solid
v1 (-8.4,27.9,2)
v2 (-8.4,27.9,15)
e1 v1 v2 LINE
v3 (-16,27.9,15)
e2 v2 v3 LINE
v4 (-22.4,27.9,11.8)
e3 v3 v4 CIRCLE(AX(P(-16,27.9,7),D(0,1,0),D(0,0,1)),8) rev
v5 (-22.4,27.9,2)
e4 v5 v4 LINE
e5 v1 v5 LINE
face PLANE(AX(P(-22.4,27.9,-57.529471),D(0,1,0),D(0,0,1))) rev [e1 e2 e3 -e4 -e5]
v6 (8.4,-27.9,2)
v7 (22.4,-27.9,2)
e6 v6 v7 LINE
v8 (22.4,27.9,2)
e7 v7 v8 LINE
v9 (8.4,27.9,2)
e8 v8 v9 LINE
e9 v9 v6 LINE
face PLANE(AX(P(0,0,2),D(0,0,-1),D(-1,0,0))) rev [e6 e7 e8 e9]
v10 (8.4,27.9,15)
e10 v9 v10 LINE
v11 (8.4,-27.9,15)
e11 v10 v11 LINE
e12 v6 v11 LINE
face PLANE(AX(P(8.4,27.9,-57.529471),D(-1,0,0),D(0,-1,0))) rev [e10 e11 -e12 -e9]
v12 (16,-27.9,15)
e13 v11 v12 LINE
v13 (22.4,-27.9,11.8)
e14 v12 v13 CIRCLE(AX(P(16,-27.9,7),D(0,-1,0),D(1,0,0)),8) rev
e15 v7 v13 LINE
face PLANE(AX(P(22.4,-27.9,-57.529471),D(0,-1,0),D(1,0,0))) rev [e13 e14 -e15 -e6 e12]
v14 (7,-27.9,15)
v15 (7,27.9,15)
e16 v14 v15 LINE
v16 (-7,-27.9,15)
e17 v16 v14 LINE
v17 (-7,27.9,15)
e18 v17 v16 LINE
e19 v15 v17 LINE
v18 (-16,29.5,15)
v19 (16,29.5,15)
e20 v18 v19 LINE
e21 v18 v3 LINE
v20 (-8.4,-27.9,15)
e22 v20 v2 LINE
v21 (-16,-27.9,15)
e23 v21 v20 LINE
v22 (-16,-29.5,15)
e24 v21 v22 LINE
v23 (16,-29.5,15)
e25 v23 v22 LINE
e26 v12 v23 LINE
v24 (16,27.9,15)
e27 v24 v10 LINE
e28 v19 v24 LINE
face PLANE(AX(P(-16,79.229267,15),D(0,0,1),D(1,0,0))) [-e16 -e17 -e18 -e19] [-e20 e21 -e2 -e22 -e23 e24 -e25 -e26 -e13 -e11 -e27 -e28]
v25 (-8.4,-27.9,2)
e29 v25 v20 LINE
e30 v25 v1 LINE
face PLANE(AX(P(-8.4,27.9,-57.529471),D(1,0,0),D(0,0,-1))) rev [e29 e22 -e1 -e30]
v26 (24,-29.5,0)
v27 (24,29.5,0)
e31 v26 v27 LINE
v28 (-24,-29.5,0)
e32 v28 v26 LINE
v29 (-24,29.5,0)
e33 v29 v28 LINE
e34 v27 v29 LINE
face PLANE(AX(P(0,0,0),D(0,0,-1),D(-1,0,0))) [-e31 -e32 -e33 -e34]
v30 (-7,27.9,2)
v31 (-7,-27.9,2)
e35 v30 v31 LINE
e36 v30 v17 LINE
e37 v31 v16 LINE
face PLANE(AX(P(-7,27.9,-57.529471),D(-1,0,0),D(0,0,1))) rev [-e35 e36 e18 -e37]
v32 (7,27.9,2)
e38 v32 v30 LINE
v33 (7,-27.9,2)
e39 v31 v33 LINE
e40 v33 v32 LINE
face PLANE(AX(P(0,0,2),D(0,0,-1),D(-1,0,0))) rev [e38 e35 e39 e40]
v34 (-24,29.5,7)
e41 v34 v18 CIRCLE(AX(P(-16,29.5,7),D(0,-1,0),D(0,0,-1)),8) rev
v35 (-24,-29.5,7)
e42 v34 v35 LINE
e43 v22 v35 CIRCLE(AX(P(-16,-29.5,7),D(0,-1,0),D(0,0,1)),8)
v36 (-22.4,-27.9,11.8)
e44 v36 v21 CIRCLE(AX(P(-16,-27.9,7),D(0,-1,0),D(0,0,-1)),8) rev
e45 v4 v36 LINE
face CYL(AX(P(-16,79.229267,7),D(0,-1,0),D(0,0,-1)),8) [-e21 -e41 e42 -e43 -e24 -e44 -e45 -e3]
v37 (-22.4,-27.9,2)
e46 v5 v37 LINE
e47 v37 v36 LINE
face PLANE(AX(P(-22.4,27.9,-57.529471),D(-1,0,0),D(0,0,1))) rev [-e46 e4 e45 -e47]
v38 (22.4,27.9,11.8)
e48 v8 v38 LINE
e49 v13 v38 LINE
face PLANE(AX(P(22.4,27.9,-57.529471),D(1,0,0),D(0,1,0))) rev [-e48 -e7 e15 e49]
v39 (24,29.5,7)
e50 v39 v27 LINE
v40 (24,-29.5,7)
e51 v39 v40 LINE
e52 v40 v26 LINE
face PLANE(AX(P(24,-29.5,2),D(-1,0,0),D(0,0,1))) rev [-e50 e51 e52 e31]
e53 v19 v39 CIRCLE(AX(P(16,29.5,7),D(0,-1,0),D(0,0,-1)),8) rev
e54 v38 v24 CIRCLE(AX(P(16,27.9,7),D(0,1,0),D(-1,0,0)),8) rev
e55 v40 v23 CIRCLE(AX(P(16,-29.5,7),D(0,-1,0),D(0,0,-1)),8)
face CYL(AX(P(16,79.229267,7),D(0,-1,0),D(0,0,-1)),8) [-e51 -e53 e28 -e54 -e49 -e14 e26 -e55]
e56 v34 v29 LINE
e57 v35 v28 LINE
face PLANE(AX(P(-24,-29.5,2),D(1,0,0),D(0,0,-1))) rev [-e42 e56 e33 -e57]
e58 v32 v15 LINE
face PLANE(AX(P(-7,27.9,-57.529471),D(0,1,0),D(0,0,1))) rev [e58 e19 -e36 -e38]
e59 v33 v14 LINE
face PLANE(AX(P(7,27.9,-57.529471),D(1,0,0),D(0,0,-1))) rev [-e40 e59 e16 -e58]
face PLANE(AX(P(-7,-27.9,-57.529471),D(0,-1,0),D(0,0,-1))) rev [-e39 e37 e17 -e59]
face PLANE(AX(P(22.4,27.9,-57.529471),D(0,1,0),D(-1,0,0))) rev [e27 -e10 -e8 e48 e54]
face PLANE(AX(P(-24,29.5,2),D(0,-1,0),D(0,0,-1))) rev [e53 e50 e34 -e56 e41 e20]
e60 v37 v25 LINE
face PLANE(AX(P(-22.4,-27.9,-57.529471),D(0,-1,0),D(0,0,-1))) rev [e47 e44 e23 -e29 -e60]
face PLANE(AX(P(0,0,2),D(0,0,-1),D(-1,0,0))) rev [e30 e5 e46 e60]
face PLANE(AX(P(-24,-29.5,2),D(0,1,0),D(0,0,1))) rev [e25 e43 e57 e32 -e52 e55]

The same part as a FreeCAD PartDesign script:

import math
import FreeCAD as App
import Part
import Sketcher

V = App.Vector
Q = App.Units.Quantity

doc = App.newDocument("Part")
body = doc.addObject("PartDesign::Body", "Body")

# Sketch on XY plane
sketch1 = doc.addObject("Sketcher::SketchObject", "Sketch")
body.addObject(sketch1)
sketch1.AttachmentSupport = (doc.XY_Plane, [""])
sketch1.MapMode = "FlatFace"
sketch1.addGeometry(Part.LineSegment(V(-24, 30, 0), V(-24, -30, 0)), False)
sketch1.addGeometry(Part.LineSegment(V(-24, -30, 0), V(24, -30, 0)), False)
sketch1.addGeometry(Part.LineSegment(V(24, -30, 0), V(24, 30, 0)), False)
sketch1.addGeometry(Part.LineSegment(V(24, 30, 0), V(-24, 30, 0)), False)
sketch1.addConstraint(Sketcher.Constraint("Coincident", 0, 2, 1, 1))
sketch1.addConstraint(Sketcher.Constraint("Coincident", 1, 2, 2, 1))
sketch1.addConstraint(Sketcher.Constraint("Coincident", 2, 2, 3, 1))
sketch1.addConstraint(Sketcher.Constraint("Coincident", 3, 2, 0, 1))
sketch1.addConstraint(Sketcher.Constraint("Vertical", 0))
sketch1.addConstraint(Sketcher.Constraint("Horizontal", 1))
sketch1.addConstraint(Sketcher.Constraint("Vertical", 2))
sketch1.addConstraint(Sketcher.Constraint("Horizontal", 3))
sketch1.addConstraint(Sketcher.Constraint("Symmetric", 0, 2, 2, 2, -1, 1))
sketch1.addConstraint(Sketcher.Constraint("DistanceX", 1, 1, 1, 2, Q("48 mm")))
sketch1.addConstraint(Sketcher.Constraint("DistanceY", 0, 2, 0, 1, Q("59 mm")))
pad1 = doc.addObject("PartDesign::Pad", "Pad")
body.addObject(pad1)
pad1.Profile = sketch1
pad1.Length = 2

# Sketch on XZ plane
sketch2 = doc.addObject("Sketcher::SketchObject", "Sketch001")
body.addObject(sketch2)
sketch2.AttachmentSupport = (doc.XZ_Plane, [""])
sketch2.MapMode = "FlatFace"
sketch2.AttachmentOffset = App.Placement(V(0, 0, 29.5), App.Rotation())
sketch2.addGeometry(Part.LineSegment(V(16, 15, 0), V(-16, 15, 0)), False)
sketch2.addGeometry(Part.ArcOfCircle(Part.Circle(V(-16, 7, 0), V(0, 0, 1), 8), math.radians(90), math.radians(180)), False)
sketch2.addGeometry(Part.LineSegment(V(-24, 7, 0), V(-24, 2, 0)), False)
sketch2.addGeometry(Part.LineSegment(V(-24, 2, 0), V(24, 2, 0)), False)
sketch2.addGeometry(Part.LineSegment(V(24, 2, 0), V(24, 7, 0)), False)
sketch2.addGeometry(Part.ArcOfCircle(Part.Circle(V(16, 7, 0), V(0, 0, 1), 8), math.radians(0), math.radians(90)), False)
sketch2.addConstraint(Sketcher.Constraint("Tangent", 0, 2, 1, 1))
sketch2.addConstraint(Sketcher.Constraint("Tangent", 1, 2, 2, 1))
sketch2.addConstraint(Sketcher.Constraint("Coincident", 2, 2, 3, 1))
sketch2.addConstraint(Sketcher.Constraint("Coincident", 3, 2, 4, 1))
sketch2.addConstraint(Sketcher.Constraint("Tangent", 4, 2, 5, 1))
sketch2.addConstraint(Sketcher.Constraint("Tangent", 5, 2, 0, 1))
sketch2.addConstraint(Sketcher.Constraint("Horizontal", 0))
sketch2.addConstraint(Sketcher.Constraint("Vertical", 2))
sketch2.addConstraint(Sketcher.Constraint("Horizontal", 3))
sketch2.addConstraint(Sketcher.Constraint("Vertical", 4))
sketch2.addConstraint(Sketcher.Constraint("Equal", 1, 5))
sketch2.addConstraint(Sketcher.Constraint("Radius", 1, Q("8 mm")))
sketch2.addConstraint(Sketcher.Constraint("DistanceX", 0, 2, 0, 1, Q("32 mm")))
sketch2.addConstraint(Sketcher.Constraint("DistanceY", 2, 2, 2, 1, Q("5 mm")))
sketch2.addConstraint(Sketcher.Constraint("DistanceX", 1, 3, -1, 1, Q("16 mm")))
sketch2.addConstraint(Sketcher.Constraint("DistanceY", -1, 1, 1, 3, Q("7 mm")))
pad2 = doc.addObject("PartDesign::Pad", "Pad001")
body.addObject(pad2)
pad2.Profile = sketch2
pad2.Length = 59
pad2.Reversed = True

# Sketch on XY plane
sketch3 = doc.addObject("Sketcher::SketchObject", "Sketch002")
body.addObject(sketch3)
sketch3.AttachmentSupport = (doc.XY_Plane, [""])
sketch3.MapMode = "FlatFace"
sketch3.AttachmentOffset = App.Placement(V(0, 0, 15), App.Rotation())
sketch3.addGeometry(Part.LineSegment(V(-7, 28, 0), V(-7, -28, 0)), False)
sketch3.addGeometry(Part.LineSegment(V(-7, -28, 0), V(7, -28, 0)), False)
sketch3.addGeometry(Part.LineSegment(V(7, -28, 0), V(7, 28, 0)), False)
sketch3.addGeometry(Part.LineSegment(V(7, 28, 0), V(-7, 28, 0)), False)
sketch3.addGeometry(Part.LineSegment(V(8, 28, 0), V(8, -28, 0)), False)
sketch3.addGeometry(Part.LineSegment(V(8, -28, 0), V(22, -28, 0)), False)
sketch3.addGeometry(Part.LineSegment(V(22, -28, 0), V(22, 28, 0)), False)
sketch3.addGeometry(Part.LineSegment(V(22, 28, 0), V(8, 28, 0)), False)
sketch3.addGeometry(Part.LineSegment(V(-22, 28, 0), V(-22, -28, 0)), False)
sketch3.addGeometry(Part.LineSegment(V(-22, -28, 0), V(-8, -28, 0)), False)
sketch3.addGeometry(Part.LineSegment(V(-8, -28, 0), V(-8, 28, 0)), False)
sketch3.addGeometry(Part.LineSegment(V(-8, 28, 0), V(-22, 28, 0)), False)
sketch3.addConstraint(Sketcher.Constraint("Coincident", 0, 2, 1, 1))
sketch3.addConstraint(Sketcher.Constraint("Coincident", 1, 2, 2, 1))
sketch3.addConstraint(Sketcher.Constraint("Coincident", 2, 2, 3, 1))
sketch3.addConstraint(Sketcher.Constraint("Coincident", 3, 2, 0, 1))
sketch3.addConstraint(Sketcher.Constraint("Coincident", 4, 2, 5, 1))
sketch3.addConstraint(Sketcher.Constraint("Coincident", 5, 2, 6, 1))
sketch3.addConstraint(Sketcher.Constraint("Coincident", 6, 2, 7, 1))
sketch3.addConstraint(Sketcher.Constraint("Coincident", 7, 2, 4, 1))
sketch3.addConstraint(Sketcher.Constraint("Coincident", 8, 2, 9, 1))
sketch3.addConstraint(Sketcher.Constraint("Coincident", 9, 2, 10, 1))
sketch3.addConstraint(Sketcher.Constraint("Coincident", 10, 2, 11, 1))
sketch3.addConstraint(Sketcher.Constraint("Coincident", 11, 2, 8, 1))
sketch3.addConstraint(Sketcher.Constraint("Vertical", 0))
sketch3.addConstraint(Sketcher.Constraint("Horizontal", 1))
sketch3.addConstraint(Sketcher.Constraint("Vertical", 2))
sketch3.addConstraint(Sketcher.Constraint("Horizontal", 3))
sketch3.addConstraint(Sketcher.Constraint("Vertical", 4))
sketch3.addConstraint(Sketcher.Constraint("Horizontal", 5))
sketch3.addConstraint(Sketcher.Constraint("Vertical", 6))
sketch3.addConstraint(Sketcher.Constraint("Horizontal", 7))
sketch3.addConstraint(Sketcher.Constraint("Vertical", 8))
sketch3.addConstraint(Sketcher.Constraint("Horizontal", 9))
sketch3.addConstraint(Sketcher.Constraint("Vertical", 10))
sketch3.addConstraint(Sketcher.Constraint("Horizontal", 11))
sketch3.addConstraint(Sketcher.Constraint("Symmetric", 0, 2, 2, 2, -1, 1))
sketch3.addConstraint(Sketcher.Constraint("Symmetric", 6, 2, 8, 2, -1, 1))
sketch3.addConstraint(Sketcher.Constraint("Symmetric", 4, 2, 10, 2, -1, 1))
sketch3.addConstraint(Sketcher.Constraint("Horizontal", 1, 2, 4, 2))
sketch3.addConstraint(Sketcher.Constraint("Horizontal", 3, 2, 6, 2))
sketch3.addConstraint(Sketcher.Constraint("Equal", 3, 5))
sketch3.addConstraint(Sketcher.Constraint("DistanceX", 1, 1, 1, 2, Q("14 mm")))
sketch3.addConstraint(Sketcher.Constraint("DistanceY", 0, 2, 0, 1, Q("55.8 mm")))
sketch3.addConstraint(Sketcher.Constraint("DistanceX", -1, 1, 4, 2, Q("8.4 mm")))
pocket1 = doc.addObject("PartDesign::Pocket", "Pocket")
body.addObject(pocket1)
pocket1.Profile = sketch3
pocket1.Length = 13

doc.recompute()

——————————

• [PROBLEM TO SOLVE]:
Working from the material above, restate word for word the lines between the line with "v20 (-8.4,-27.9,15)" and the line with "e30 v25 v1 LINE", both included, and only those.

• [RESPONSE TO THIS TASK]:
v20 (-8.4,-27.9,15)
e22 v20 v2 LINE
v21 (-16,-27.9,15)
e23 v21 v20 LINE
v22 (-16,-29.5,15)
e24 v21 v22 LINE
v23 (16,-29.5,15)
e25 v23 v22 LINE
e26 v12 v23 LINE
v24 (16,27.9,15)
e27 v24 v10 LINE
e28 v19 v24 LINE
face PLANE(AX(P(-16,79.229267,15),D(0,0,1),D(1,0,0))) [-e16 -e17 -e18 -e19] [-e20 e21 -e2 -e22 -e23 e24 -e25 -e26 -e13 -e11 -e27 -e28]
v25 (-8.4,-27.9,2)
e29 v25 v20 LINE
e30 v25 v1 LINE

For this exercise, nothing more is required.